I just wanted to give my opinion on things...

(and enable utf8 to read this properly)

On Apr 7 2007 11:24, Egmont Koblinger wrote:
>
>> I strongly disagree.  First of all, you're changing the semantics of a 
>> 13-year-old API.  The semantics of the Linux console is that by 
>> specifying U+FFFD SUBSTITUTION GLYPH in your unicode table, you have 
>> specified the fallback glyph.
>
>OK, I'm not against using U+FFFD for missing glyphs. In the mean time I
>think it's still a good idea to clearly separate the two cases in the code
>(that is, the case of invalid sequence from the case of missing glyph), but
>we can still use the same replacement character in these two cases. I'll
>send an updated patch after Easter if it sounds good for you.

I am quite ok with the way things are right now.

 - vc displays <?> for illegal sequences

 - vc displays e.g. "U" (latin capital U) in place when Û (latin capital
   U with accent circumflex) is not available in this font 
   (determined by the unicodemap) (I do use an unicode map, because I
   use a 4096-byte cp437 "DOS" font which requires one)

 - vc displays <?> for sequences it does not know how to print

 - xterm displays <?> for illegal sequences

 - xterm seems to display <?> on undefined glyphs (U+DFFF for ex.,
   using the "Unicode Best" font from the xterm menu)

 - xterm seems to display nothing on undefined glyphs (U+E000 for ex.,
   "Unicode Best" again)

>> What's worse, you've hard-coded the uses of specific visual 
>> representations.  That is completely unacceptable.
>
>Now that we've dropped the idea of "dot" for missing glyphs, the other thing
>
>[...]
>
>Sorry, I wasn't clear enough and I think you misunderstood me.

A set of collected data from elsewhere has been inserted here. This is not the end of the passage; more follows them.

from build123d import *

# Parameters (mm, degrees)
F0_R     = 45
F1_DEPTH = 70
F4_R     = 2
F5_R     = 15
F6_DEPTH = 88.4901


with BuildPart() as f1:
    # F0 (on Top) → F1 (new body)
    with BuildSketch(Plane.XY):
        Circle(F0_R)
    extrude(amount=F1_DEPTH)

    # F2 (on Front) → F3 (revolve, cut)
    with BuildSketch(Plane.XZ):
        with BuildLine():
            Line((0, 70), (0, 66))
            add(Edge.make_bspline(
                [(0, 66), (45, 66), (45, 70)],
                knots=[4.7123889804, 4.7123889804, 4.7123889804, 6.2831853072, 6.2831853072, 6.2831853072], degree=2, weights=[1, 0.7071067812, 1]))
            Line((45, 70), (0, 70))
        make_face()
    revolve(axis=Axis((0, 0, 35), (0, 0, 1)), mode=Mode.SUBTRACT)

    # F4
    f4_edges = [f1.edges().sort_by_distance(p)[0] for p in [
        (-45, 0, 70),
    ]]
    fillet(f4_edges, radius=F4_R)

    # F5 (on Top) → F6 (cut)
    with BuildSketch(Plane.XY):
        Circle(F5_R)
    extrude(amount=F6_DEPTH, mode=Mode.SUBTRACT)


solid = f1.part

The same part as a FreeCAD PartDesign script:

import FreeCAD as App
import Part
import Sketcher

V = App.Vector
Q = App.Units.Quantity


def edges_at(feature, points):
    """Names of the edges that pass closest to the given points."""
    edges = feature.Shape.Edges
    near = lambda p: min(range(len(edges)), key=lambda i: edges[i].distToShape(Part.Vertex(*p))[0])
    return sorted({f"Edge{near(p) + 1}" for p in points})

doc = App.newDocument("Part")
params = doc.addObject("Spreadsheet::Sheet", "Params")
for row, (alias, value) in enumerate([
    ("sketch1_diameter", "90 mm"),
    ("pad1_length", "70 mm"),
    ("groove_angle", "360 deg"),
    ("fillet_radius", "2 mm"),
    ("sketch3_diameter", "30 mm"),
    ("pocket1_length", "88.4901 mm"),
], start=1):
    params.set(f"A{row}", alias)
    params.set(f"B{row}", "=" + value)
    params.setAlias(f"B{row}", alias)

body = doc.addObject("PartDesign::Body", "Body")

# Sketch on XY plane
sketch1 = doc.addObject("Sketcher::SketchObject", "Sketch")
body.addObject(sketch1)
sketch1.AttachmentSupport = (doc.XY_Plane, [""])
sketch1.MapMode = "FlatFace"
sketch1.addGeometry(Part.Circle(V(0, 0, 0), V(0, 0, 1), 45), False)
sketch1.addConstraint(Sketcher.Constraint("Coincident", 0, 3, -1, 1))
sketch1.addConstraint(Sketcher.Constraint("Diameter", 0, Q("90 mm")))
sketch1.setExpression("Constraints[1]", "Params.sketch1_diameter")
pad1 = doc.addObject("PartDesign::Pad", "Pad")
body.addObject(pad1)
pad1.Profile = sketch1
pad1.setExpression("Length", "Params.pad1_length")

# Sketch on XZ plane
sketch2 = doc.addObject("Sketcher::SketchObject", "Sketch001")
body.addObject(sketch2)
sketch2.AttachmentSupport = (doc.XZ_Plane, [""])
sketch2.MapMode = "FlatFace"
sketch2.addGeometry(Part.LineSegment(V(0, 70, 0), V(0, 66, 0)), False)
sketch2.addGeometry(Part.BSplineCurve([V(0, 66, 0), V(45, 66, 0), V(45, 70, 0)], [3, 3], [4.71238898, 6.283185307], False, 2, [1, 0.707106781, 1], False), False)
sketch2.addGeometry(Part.LineSegment(V(45, 70, 0), V(0, 70, 0)), False)
sketch2.addConstraint(Sketcher.Constraint("Block", 1))
sketch2.addConstraint(Sketcher.Constraint("Coincident", 0, 2, 1, 1))
sketch2.addConstraint(Sketcher.Constraint("Coincident", 1, 2, 2, 1))
sketch2.addConstraint(Sketcher.Constraint("Coincident", 2, 2, 0, 1))
sketch2.addConstraint(Sketcher.Constraint("Vertical", 0))
sketch2.addConstraint(Sketcher.Constraint("Horizontal", 2))
groove = doc.addObject("PartDesign::Groove", "Groove")
body.addObject(groove)
groove.Profile = sketch2
groove.ReferenceAxis = (sketch2, ["V_Axis"])
groove.setExpression("Angle", "Params.groove_angle")
doc.recompute()

fillet = doc.addObject("PartDesign::Fillet", "Fillet")
body.addObject(fillet)
fillet.Base = (groove, edges_at(groove, [(-45, 0, 70)]))
fillet.setExpression("Radius", "Params.fillet_radius")

# Sketch on XY plane
sketch3 = doc.addObject("Sketcher::SketchObject", "Sketch002")
body.addObject(sketch3)
sketch3.AttachmentSupport = (doc.XY_Plane, [""])
sketch3.MapMode = "FlatFace"
sketch3.addGeometry(Part.Circle(V(0, 0, 0), V(0, 0, 1), 15), False)
sketch3.addConstraint(Sketcher.Constraint("Coincident", 0, 3, -1, 1))
sketch3.addConstraint(Sketcher.Constraint("Diameter", 0, Q("30 mm")))
sketch3.setExpression("Constraints[1]", "Params.sketch3_diameter")
pocket1 = doc.addObject("PartDesign::Pocket", "Pocket")
body.addObject(pocket1)
pocket1.Profile = sketch3
pocket1.setExpression("Length", "Params.pocket1_length")
pocket1.Reversed = True

doc.recompute()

The symbol I
>choose for fallback is still '?' (the ASCII question mark), I just invert
>the color attributes of the cell where this is printed. This way it becomes
>visually distinguisable from the literal question mark. Using the current
>kernel you just cannot know whether the character printed is a real question
>mark, or a replacement glyph. Still, should you stongly disagree with this
>decision, the color inverting part can easily be removed.

Please, no dot, and no inverse color.
Imagine someone had the following bitmap for <unknown glyph/illegal sequence>:

################
################
################
####........####
##....####....##
##....####....##
########....####
######....######
######....######
################
######....######
######....######
################
################
################
################

Then inverting that again would be susceptible to confusion with
the regular '?' at 0x3F. 

(cp437 for example maps unknown/illegal to 0xFD which happens to be the
block graphic '■', but YMMV depending on font.)

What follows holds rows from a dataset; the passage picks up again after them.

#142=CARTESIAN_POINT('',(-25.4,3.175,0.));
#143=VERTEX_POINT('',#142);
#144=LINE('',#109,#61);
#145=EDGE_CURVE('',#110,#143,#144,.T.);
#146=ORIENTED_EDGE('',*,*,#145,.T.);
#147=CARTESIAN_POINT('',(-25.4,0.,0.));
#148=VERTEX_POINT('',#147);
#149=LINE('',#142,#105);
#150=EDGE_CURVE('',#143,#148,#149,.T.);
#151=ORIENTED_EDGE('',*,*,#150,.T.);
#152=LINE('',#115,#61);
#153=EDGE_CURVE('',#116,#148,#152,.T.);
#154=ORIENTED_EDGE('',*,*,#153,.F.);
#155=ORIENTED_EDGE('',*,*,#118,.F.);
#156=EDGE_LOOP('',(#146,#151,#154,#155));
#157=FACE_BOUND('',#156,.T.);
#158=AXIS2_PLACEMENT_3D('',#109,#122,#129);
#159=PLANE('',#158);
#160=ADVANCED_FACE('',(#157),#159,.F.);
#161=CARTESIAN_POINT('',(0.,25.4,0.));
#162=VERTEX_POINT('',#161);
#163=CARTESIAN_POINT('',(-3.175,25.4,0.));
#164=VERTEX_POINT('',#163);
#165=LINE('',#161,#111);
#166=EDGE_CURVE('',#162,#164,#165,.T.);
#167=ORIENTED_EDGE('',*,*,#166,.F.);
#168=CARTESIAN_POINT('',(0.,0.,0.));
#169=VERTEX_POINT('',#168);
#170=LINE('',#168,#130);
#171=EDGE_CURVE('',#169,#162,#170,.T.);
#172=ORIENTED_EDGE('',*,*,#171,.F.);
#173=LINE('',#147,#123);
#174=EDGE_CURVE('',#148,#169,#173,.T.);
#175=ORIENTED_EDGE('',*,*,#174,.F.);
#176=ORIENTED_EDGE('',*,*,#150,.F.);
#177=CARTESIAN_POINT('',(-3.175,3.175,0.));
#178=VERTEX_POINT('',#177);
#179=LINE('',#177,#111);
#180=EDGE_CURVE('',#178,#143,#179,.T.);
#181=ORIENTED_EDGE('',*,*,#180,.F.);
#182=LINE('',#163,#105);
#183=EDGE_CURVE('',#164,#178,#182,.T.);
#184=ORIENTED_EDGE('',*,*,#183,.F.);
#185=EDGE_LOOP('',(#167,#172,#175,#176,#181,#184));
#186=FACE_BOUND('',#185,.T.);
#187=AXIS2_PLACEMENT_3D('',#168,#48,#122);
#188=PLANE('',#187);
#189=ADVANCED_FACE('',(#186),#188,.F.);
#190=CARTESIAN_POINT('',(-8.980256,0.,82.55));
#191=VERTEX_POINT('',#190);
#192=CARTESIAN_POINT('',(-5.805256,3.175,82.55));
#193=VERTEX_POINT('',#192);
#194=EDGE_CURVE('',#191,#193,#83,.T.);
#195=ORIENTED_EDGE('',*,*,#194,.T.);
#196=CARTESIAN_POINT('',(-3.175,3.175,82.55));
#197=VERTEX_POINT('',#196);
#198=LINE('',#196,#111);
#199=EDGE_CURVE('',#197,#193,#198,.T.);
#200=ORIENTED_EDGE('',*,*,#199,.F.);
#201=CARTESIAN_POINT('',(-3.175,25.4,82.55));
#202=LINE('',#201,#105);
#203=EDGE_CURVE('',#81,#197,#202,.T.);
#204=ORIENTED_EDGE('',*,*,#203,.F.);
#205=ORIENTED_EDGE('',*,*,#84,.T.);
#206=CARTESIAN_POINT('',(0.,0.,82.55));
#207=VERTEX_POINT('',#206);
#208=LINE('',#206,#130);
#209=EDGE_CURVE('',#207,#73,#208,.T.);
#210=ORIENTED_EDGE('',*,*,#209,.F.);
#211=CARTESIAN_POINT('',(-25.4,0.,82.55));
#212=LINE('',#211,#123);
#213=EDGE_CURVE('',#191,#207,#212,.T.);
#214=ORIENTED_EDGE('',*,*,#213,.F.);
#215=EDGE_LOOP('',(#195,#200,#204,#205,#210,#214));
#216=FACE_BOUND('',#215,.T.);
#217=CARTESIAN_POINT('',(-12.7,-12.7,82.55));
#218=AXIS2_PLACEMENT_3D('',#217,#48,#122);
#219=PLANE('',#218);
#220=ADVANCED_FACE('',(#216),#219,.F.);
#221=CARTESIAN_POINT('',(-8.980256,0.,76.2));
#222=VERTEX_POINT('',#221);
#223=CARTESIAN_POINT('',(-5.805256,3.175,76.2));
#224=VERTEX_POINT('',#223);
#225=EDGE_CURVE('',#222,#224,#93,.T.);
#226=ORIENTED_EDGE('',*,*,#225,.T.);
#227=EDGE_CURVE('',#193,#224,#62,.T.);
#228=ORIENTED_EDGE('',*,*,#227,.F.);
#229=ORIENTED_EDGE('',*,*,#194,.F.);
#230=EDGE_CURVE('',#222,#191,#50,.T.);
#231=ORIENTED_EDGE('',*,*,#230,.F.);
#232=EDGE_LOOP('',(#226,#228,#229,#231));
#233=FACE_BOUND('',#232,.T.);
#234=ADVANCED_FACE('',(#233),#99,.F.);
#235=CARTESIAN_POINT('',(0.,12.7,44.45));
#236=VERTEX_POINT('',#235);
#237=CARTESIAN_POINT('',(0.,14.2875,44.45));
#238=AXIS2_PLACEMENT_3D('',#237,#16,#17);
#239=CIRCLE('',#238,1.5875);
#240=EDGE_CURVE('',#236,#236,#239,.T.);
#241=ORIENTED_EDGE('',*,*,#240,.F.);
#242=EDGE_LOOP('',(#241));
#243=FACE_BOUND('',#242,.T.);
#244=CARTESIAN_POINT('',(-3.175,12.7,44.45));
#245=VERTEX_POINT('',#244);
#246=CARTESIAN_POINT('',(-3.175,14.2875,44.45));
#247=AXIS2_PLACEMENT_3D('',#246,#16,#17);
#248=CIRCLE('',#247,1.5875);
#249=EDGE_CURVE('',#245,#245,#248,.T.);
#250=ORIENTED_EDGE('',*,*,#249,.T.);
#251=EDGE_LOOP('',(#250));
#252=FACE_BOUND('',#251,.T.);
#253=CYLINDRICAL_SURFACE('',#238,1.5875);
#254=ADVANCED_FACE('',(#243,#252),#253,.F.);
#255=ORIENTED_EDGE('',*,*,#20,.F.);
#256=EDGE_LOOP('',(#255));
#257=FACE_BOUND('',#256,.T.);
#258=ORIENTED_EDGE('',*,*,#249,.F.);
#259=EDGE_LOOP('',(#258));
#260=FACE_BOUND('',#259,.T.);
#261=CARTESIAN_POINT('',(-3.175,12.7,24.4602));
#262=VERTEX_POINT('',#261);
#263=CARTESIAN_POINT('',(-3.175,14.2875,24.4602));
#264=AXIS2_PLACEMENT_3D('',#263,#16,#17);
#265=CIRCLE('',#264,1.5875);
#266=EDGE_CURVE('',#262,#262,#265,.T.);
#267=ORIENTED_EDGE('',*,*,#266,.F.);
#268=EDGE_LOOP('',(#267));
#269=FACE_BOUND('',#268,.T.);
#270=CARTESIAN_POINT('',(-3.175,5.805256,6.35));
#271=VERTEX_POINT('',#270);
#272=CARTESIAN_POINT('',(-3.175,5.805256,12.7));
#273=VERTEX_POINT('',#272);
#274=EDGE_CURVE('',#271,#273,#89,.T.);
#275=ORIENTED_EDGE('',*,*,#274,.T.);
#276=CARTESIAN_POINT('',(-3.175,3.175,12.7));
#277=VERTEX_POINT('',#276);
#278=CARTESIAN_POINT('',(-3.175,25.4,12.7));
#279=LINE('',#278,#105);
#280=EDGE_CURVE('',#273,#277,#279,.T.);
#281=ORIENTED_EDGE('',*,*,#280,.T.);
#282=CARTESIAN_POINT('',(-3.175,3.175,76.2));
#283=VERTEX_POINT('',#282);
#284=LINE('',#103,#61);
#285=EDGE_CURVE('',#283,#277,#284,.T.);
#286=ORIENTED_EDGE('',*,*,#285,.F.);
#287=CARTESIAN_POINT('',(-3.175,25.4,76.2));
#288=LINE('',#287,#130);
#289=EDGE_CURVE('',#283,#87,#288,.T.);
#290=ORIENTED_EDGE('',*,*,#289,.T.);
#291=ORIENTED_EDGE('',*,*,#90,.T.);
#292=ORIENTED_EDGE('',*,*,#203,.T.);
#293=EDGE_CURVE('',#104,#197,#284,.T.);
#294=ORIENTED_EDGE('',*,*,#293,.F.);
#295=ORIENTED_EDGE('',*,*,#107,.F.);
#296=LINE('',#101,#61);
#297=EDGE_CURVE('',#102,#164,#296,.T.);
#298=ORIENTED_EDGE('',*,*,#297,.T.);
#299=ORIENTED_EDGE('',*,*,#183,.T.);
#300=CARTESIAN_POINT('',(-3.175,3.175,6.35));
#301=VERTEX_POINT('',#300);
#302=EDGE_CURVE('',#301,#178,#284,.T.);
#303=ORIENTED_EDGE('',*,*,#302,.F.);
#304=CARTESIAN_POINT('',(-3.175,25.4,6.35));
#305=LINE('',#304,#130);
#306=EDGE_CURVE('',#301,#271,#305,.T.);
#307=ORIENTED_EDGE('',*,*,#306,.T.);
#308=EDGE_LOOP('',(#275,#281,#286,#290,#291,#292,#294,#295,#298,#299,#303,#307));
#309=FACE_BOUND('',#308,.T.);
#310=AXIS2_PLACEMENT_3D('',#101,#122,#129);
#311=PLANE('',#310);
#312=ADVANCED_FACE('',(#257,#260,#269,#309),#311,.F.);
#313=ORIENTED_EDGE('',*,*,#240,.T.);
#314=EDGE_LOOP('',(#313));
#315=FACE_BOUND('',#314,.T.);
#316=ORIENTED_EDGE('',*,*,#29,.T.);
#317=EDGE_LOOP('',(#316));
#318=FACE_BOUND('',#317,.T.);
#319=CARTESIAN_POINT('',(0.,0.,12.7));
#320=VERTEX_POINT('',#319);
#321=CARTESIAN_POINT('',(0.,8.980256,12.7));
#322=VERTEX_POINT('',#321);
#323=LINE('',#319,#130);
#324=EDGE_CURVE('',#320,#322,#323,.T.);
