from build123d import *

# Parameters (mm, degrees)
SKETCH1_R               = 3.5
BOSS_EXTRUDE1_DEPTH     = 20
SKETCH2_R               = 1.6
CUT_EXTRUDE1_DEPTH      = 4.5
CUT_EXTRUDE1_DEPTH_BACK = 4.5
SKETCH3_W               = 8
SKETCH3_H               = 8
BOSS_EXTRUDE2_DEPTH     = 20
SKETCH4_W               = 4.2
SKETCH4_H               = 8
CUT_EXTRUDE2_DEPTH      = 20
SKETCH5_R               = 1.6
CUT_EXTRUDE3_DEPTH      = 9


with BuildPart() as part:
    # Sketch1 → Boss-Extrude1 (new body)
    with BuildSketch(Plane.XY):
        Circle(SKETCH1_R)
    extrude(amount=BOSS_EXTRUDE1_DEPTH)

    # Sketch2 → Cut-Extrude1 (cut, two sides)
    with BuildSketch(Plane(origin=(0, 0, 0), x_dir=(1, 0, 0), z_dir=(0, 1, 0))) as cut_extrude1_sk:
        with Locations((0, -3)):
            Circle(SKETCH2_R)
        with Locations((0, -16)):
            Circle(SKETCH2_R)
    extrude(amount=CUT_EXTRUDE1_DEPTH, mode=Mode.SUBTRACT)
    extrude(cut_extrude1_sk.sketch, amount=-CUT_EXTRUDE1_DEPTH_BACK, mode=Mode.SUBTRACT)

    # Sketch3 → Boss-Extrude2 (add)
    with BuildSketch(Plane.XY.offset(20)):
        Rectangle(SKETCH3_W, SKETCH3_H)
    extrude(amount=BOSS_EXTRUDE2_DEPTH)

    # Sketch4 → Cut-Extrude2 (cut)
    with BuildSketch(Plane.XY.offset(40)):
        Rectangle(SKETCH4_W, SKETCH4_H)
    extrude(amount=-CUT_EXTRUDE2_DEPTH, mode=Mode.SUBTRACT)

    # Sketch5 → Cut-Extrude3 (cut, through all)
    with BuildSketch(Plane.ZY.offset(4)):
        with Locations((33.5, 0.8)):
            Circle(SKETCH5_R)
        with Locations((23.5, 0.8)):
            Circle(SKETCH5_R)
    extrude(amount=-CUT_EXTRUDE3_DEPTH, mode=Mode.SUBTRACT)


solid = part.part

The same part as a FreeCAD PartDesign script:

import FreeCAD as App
import Part
import Sketcher

V = App.Vector

doc = App.newDocument("Part")
params = doc.addObject("Spreadsheet::Sheet", "Params")
for row, (alias, value) in enumerate([
    ("sketch1_diameter", "7 mm"),
    ("pad1_length", "20 mm"),
    ("sketch2_diameter", "3.2 mm"),
    ("sketch3_width", "8 mm"),
    ("pad2_length", "20 mm"),
    ("sketch4_height", "8 mm"),
    ("sketch4_width", "4.2 mm"),
    ("pocket2_length", "20 mm"),
    ("sketch5_diameter", "3.2 mm"),
], start=1):
    params.set(f"A{row}", alias)
    params.set(f"B{row}", "=" + value)
    params.setAlias(f"B{row}", alias)

body = doc.addObject("PartDesign::Body", "Body")

# Sketch on XY plane
sketch1 = doc.addObject("Sketcher::SketchObject", "Sketch")
body.addObject(sketch1)
sketch1.AttachmentSupport = (doc.XY_Plane, [""])
sketch1.MapMode = "FlatFace"
sketch1.addGeometry(Part.Circle(V(0, 0, 0), V(0, 0, 1), 3.5), False)
sketch1.addConstraint(Sketcher.Constraint("Coincident", 0, 3, -1, 1))
sketch1.addConstraint(Sketcher.Constraint("Diameter", 0, 7.0))
sketch1.setExpression("Constraints[1]", "Params.sketch1_diameter")
pad1 = doc.addObject("PartDesign::Pad", "Pad")
body.addObject(pad1)
pad1.Profile = sketch1
pad1.setExpression("Length", "Params.pad1_length")

# Sketch on XZ plane
sketch2 = doc.addObject("Sketcher::SketchObject", "Sketch001")
body.addObject(sketch2)
sketch2.AttachmentSupport = (doc.XZ_Plane, [""])
sketch2.MapMode = "FlatFace"
sketch2.addGeometry(Part.Circle(V(0, 3, 0), V(0, 0, 1), 1.6), False)
sketch2.addGeometry(Part.Circle(V(0, 16, 0), V(0, 0, 1), 1.6), False)
sketch2.addConstraint(Sketcher.Constraint("Equal", 0, 1))
sketch2.addConstraint(Sketcher.Constraint("PointOnObject", 0, 3, -2))
sketch2.addConstraint(Sketcher.Constraint("PointOnObject", 1, 3, -2))
sketch2.addConstraint(Sketcher.Constraint("Diameter", 0, 3.2))
sketch2.addConstraint(Sketcher.Constraint("DistanceY", -1, 1, 0, 3, 3.0))
sketch2.addConstraint(Sketcher.Constraint("DistanceY", -1, 1, 1, 3, 16.0))
sketch2.setExpression("Constraints[3]", "Params.sketch2_diameter")
pocket1 = doc.addObject("PartDesign::Pocket", "Pocket")
body.addObject(pocket1)
pocket1.Profile = sketch2
pocket1.Type = "ThroughAll"
pocket1.Midplane = True

# Sketch on XY plane
sketch3 = doc.addObject("Sketcher::SketchObject", "Sketch002")
body.addObject(sketch3)
sketch3.AttachmentSupport = (doc.XY_Plane, [""])
sketch3.MapMode = "FlatFace"
sketch3.AttachmentOffset = App.Placement(V(0, 0, 20), App.Rotation())
sketch3.addGeometry(Part.LineSegment(V(-4, 4, 0), V(-4, -4, 0)), False)
sketch3.addGeometry(Part.LineSegment(V(-4, -4, 0), V(4, -4, 0)), False)
sketch3.addGeometry(Part.LineSegment(V(4, -4, 0), V(4, 4, 0)), False)
sketch3.addGeometry(Part.LineSegment(V(4, 4, 0), V(-4, 4, 0)), False)
sketch3.addConstraint(Sketcher.Constraint("Coincident", 0, 2, 1, 1))
sketch3.addConstraint(Sketcher.Constraint("Coincident", 1, 2, 2, 1))
sketch3.addConstraint(Sketcher.Constraint("Coincident", 2, 2, 3, 1))
sketch3.addConstraint(Sketcher.Constraint("Coincident", 3, 2, 0, 1))
sketch3.addConstraint(Sketcher.Constraint("Vertical", 0))
sketch3.addConstraint(Sketcher.Constraint("Horizontal", 1))
sketch3.addConstraint(Sketcher.Constraint("Vertical", 2))
sketch3.addConstraint(Sketcher.Constraint("Horizontal", 3))
sketch3.addConstraint(Sketcher.Constraint("Symmetric", 0, 2, 2, 2, -1, 1))
sketch3.addConstraint(Sketcher.Constraint("Equal", 3, 0))
sketch3.addConstraint(Sketcher.Constraint("DistanceX", 1, 1, 1, 2, 8.0))
sketch3.setExpression("Constraints[10]", "Params.sketch3_width")
pad2 = doc.addObject("PartDesign::Pad", "Pad001")
body.addObject(pad2)
pad2.Profile = sketch3
pad2.setExpression("Length", "Params.pad2_length")

# Sketch on XY plane
sketch4 = doc.addObject("Sketcher::SketchObject", "Sketch003")
body.addObject(sketch4)
sketch4.AttachmentSupport = (doc.XY_Plane, [""])
sketch4.MapMode = "FlatFace"
sketch4.AttachmentOffset = App.Placement(V(0, 0, 40), App.Rotation())
sketch4.addGeometry(Part.LineSegment(V(-2.1, 4, 0), V(-2.1, -4, 0)), False)
sketch4.addGeometry(Part.LineSegment(V(-2.1, -4, 0), V(2.1, -4, 0)), False)
sketch4.addGeometry(Part.LineSegment(V(2.1, -4, 0), V(2.1, 4, 0)), False)
sketch4.addGeometry(Part.LineSegment(V(2.1, 4, 0), V(-2.1, 4, 0)), False)
sketch4.addConstraint(Sketcher.Constraint("Coincident", 0, 2, 1, 1))
sketch4.addConstraint(Sketcher.Constraint("Coincident", 1, 2, 2, 1))
sketch4.addConstraint(Sketcher.Constraint("Coincident", 2, 2, 3, 1))
sketch4.addConstraint(Sketcher.Constraint("Coincident", 3, 2, 0, 1))
sketch4.addConstraint(Sketcher.Constraint("Vertical", 0))
sketch4.addConstraint(Sketcher.Constraint("Horizontal", 1))
sketch4.addConstraint(Sketcher.Constraint("Vertical", 2))
sketch4.addConstraint(Sketcher.Constraint("Horizontal", 3))
sketch4.addConstraint(Sketcher.Constraint("Symmetric", 0, 2, 2, 2, -1, 1))
sketch4.addConstraint(Sketcher.Constraint("DistanceY", 0, 2, 0, 1, 8.0))
sketch4.addConstraint(Sketcher.Constraint("DistanceX", 1, 1, 1, 2, 4.2))
sketch4.setExpression("Constraints[9]", "Params.sketch4_height")
sketch4.setExpression("Constraints[10]", "Params.sketch4_width")
pocket2 = doc.addObject("PartDesign::Pocket", "Pocket001")
body.addObject(pocket2)
pocket2.Profile = sketch4
pocket2.setExpression("Length", "Params.pocket2_length")

# Sketch on YZ plane
sketch5 = doc.addObject("Sketcher::SketchObject", "Sketch004")
body.addObject(sketch5)
sketch5.AttachmentSupport = (doc.YZ_Plane, [""])
sketch5.MapMode = "FlatFace"
sketch5.AttachmentOffset = App.Placement(V(0, 0, -4), App.Rotation())
sketch5.addGeometry(Part.Circle(V(0.8, 33.5, 0), V(0, 0, 1), 1.6), False)
sketch5.addGeometry(Part.Circle(V(0.8, 23.5, 0), V(0, 0, 1), 1.6), False)
sketch5.addConstraint(Sketcher.Constraint("Equal", 0, 1))
sketch5.addConstraint(Sketcher.Constraint("Vertical", 0, 3, 1, 3))
sketch5.addConstraint(Sketcher.Constraint("Diameter", 0, 3.2))
sketch5.addConstraint(Sketcher.Constraint("DistanceY", 1, 3, 0, 3, 10.0))
sketch5.addConstraint(Sketcher.Constraint("DistanceX", -1, 1, 0, 3, 0.8))
sketch5.addConstraint(Sketcher.Constraint("DistanceY", -1, 1, 0, 3, 33.5))
sketch5.setExpression("Constraints[2]", "Params.sketch5_diameter")
pocket3 = doc.addObject("PartDesign::Pocket", "Pocket002")
body.addObject(pocket3)
pocket3.Profile = sketch5
pocket3.Type = "ThroughAll"
pocket3.Reversed = True

doc.recompute()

>I think I've (mostly) described it above. Set everything to UTF-8, load a
>latin2 font (containing 256 glyphs, e.g. "setfont lat2-16"), make an
>application print U+00FB (alt + numpad 251 is one trivial way), you'll see
>an "u with double accent", though the symbol to be displayed is "u with
>circumflex". This isn't present in the current font, so the replacement
>character should appear, not a different letter.

I blame your latin2 unicode map. (See above about 'Û'.)
It should perhaps display a regular 'u' if it cannot display 'û',
but definitely not 'ü' (which is not called a double accent, btw).

>> To be able to do CJK you need something like Kon anyway.  This feels 
>> like bloat.
>
>I don't want CJK support. All that I want is to be able to edit English
>words within a file that contains mixture of English and CJK, with a text
>editor like vim or joe.

+1 for this one :)

xterm## echo "韓国と日本にようこそ!" >/tmp/foobar.txt
vc## cat foobar.txt

currently gets things not so right, because multibyte characters are not
displayed with as many <?> as they are wide.